The knobs feel like they’re oil-filled, in a sense. They resist turning in an oh-so-gentle way. Easy to turn, easy to control. Just right.
Six displays. All your basic information is right there in front of you, easy to take in at a glance. But if you need to go deeper it’s easy to get there. It’s like the synth offers no resistance. It’s easy, effortless. Every place I looked there was a control I’ve always wished my other synths had.
Piles of oscillators, each one with many different kinds of waves. I could have Oscillator 1 be a Minimoog pulse wave and dial in Oscillator 2 to be a wavetable. Phenomenal power for just one knob. And it’s not just that the Solaris is powerful, it’s that it’s easy too. I could fiddle with the oscillator display all I liked, but the filter display was still on and telling me what it was doing.

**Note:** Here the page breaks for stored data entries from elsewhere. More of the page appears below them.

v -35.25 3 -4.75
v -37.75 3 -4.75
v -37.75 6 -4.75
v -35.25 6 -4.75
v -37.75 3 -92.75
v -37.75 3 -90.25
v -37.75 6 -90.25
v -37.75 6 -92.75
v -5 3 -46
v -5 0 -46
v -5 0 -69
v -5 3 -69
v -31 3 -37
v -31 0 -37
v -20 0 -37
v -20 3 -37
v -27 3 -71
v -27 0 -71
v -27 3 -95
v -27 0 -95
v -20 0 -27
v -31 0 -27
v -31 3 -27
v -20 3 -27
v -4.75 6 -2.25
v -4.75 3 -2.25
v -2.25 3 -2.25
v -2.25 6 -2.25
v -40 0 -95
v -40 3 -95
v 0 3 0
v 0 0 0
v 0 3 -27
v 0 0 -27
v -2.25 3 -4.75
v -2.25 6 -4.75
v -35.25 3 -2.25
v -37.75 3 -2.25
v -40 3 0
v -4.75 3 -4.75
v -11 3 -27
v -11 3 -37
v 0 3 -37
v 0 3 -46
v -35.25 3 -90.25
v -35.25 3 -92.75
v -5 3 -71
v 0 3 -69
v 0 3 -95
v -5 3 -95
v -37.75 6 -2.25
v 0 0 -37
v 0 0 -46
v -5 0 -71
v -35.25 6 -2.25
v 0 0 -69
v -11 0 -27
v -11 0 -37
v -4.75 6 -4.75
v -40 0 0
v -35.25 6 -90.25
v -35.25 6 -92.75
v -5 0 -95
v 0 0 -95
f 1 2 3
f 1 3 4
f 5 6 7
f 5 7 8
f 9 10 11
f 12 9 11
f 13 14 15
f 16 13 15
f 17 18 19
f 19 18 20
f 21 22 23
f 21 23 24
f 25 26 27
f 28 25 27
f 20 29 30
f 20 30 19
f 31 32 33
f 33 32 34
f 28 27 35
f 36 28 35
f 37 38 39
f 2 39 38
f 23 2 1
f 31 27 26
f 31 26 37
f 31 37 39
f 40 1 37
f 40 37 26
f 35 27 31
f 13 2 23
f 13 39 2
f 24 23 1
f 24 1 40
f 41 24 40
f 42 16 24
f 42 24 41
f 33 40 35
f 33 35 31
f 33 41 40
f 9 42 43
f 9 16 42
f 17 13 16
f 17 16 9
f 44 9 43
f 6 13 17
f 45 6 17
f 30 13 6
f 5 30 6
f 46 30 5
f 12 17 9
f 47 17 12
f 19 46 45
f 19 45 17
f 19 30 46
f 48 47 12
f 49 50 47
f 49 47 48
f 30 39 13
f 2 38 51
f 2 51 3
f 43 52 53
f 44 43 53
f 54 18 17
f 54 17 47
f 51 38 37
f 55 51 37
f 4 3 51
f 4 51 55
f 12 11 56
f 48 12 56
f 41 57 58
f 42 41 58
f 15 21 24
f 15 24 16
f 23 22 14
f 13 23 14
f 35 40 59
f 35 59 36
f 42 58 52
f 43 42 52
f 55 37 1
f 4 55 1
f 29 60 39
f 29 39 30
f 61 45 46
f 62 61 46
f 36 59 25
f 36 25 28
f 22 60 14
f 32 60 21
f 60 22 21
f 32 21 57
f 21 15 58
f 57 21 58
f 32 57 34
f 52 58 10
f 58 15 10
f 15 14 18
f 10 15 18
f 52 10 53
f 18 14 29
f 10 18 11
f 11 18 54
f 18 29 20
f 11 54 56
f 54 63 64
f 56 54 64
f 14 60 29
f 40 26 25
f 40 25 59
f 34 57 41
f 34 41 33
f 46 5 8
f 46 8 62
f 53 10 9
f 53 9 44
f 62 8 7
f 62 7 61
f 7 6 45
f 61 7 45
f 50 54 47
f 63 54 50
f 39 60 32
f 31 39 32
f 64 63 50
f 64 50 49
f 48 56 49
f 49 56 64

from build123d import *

# Parameters (mm, degrees)
SKETCH1_W               = 40
SKETCH1_H               = 95
BOSS_EXTRUDE1_DEPTH     = 3
SKETCH2_W               = 2.5
SKETCH2_H               = 2.5
BOSS_EXTRUDE2_DEPTH     = 3
CUT_EXTRUDE1_DEPTH      = 104.121287812
CUT_EXTRUDE1_DEPTH_BACK = 104.121287812
SKETCH3_W               = 22
SKETCH3_H               = 24
SKETCH3_W_2             = 5
SKETCH3_H_2             = 23
SKETCH3_W_3             = 11
SKETCH3_H_3             = 10


with BuildPart() as part:
    # Sketch1 → Boss-Extrude1 (new body)
    with BuildSketch(Plane(origin=(0, 0, 0), x_dir=(1, 0, 0), z_dir=(0, 1, 0))):
        with Locations((-20, 47.5)):
            Rectangle(SKETCH1_W, SKETCH1_H)
    extrude(amount=BOSS_EXTRUDE1_DEPTH)

    # Sketch2 → Boss-Extrude2 (add)
    with BuildSketch(Plane(origin=(0, 3, 0), x_dir=(1, 0, 0), z_dir=(0, 1, 0))):
        with Locations((-3.5, 3.5)):
            Rectangle(SKETCH2_W, SKETCH2_H)
        with Locations((-36.5, 3.5)):
            Rectangle(SKETCH2_W, SKETCH2_H)
        with Locations((-36.5, 91.5)):
            Rectangle(SKETCH2_W, SKETCH2_H)
    extrude(amount=BOSS_EXTRUDE2_DEPTH)

    # Sketch3 → Cut-Extrude1 (cut, two sides: drawn at the far end of the back side and taken through both)
    with BuildSketch(Plane(origin=(0, 3, 0), x_dir=(1, 0, 0), z_dir=(0, 1, 0)).offset(-CUT_EXTRUDE1_DEPTH_BACK)):
        with Locations((-16, 83)):
            Rectangle(SKETCH3_W, SKETCH3_H)
        with Locations((-2.5, 57.5)):
            Rectangle(SKETCH3_W_2, SKETCH3_H_2)
        with Locations((-5.5, 32)):
            Rectangle(SKETCH3_W_3, SKETCH3_H_3)
        with Locations((-25.5, 32)):
            Rectangle(SKETCH3_W_3, SKETCH3_H_3)
    extrude(amount=CUT_EXTRUDE1_DEPTH + CUT_EXTRUDE1_DEPTH_BACK, mode=Mode.SUBTRACT)


solid = part.part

My Waldorf Q has many different oscillator and filter models, but it feels totally different because it has just the one display. It’s a great synth, but it’s always reminding you that it’s a virtual analog, mostly because at one moment the display is an oscillator and the next it’s a filter. And there’s nothing wrong with that at all. But the Solaris feels like a “luxury synth” in comparison. It doesn’t feel virtual at all. There’s no switching functions in and out all the time because it has just one shared display. I have an Oberheim Xpander too, and while the Xpander also has the multiple screens the Solaris goes and takes it to the extreme. I can honestly see selling the Xpander now. It’s real analog, but it just doesn’t compare. It doesn’t have the horsepower, the flexibility.
I must have said “it’s easy” about six times. But that’s my first impression of the Solaris. There’s no resistance, it’s not in my way, I don’t have to scratch my head while I’m trying to find something. It’s like a software synthesizer brought to life, except it’s way better than dealing with a mouse and a computer screen. You’ve got knobs and screens and joysticks and ribbons and wheels, all things you just don’t have with a computer synth. But you’ve also got the power of the computer right there under your hands as well. It’s the best of both worlds.
When I first read about the Solaris it sounded like exactly what I’d always been looking for in a synthesizer. And after an hour or two, I can say that’s totally true.
This is the real deal.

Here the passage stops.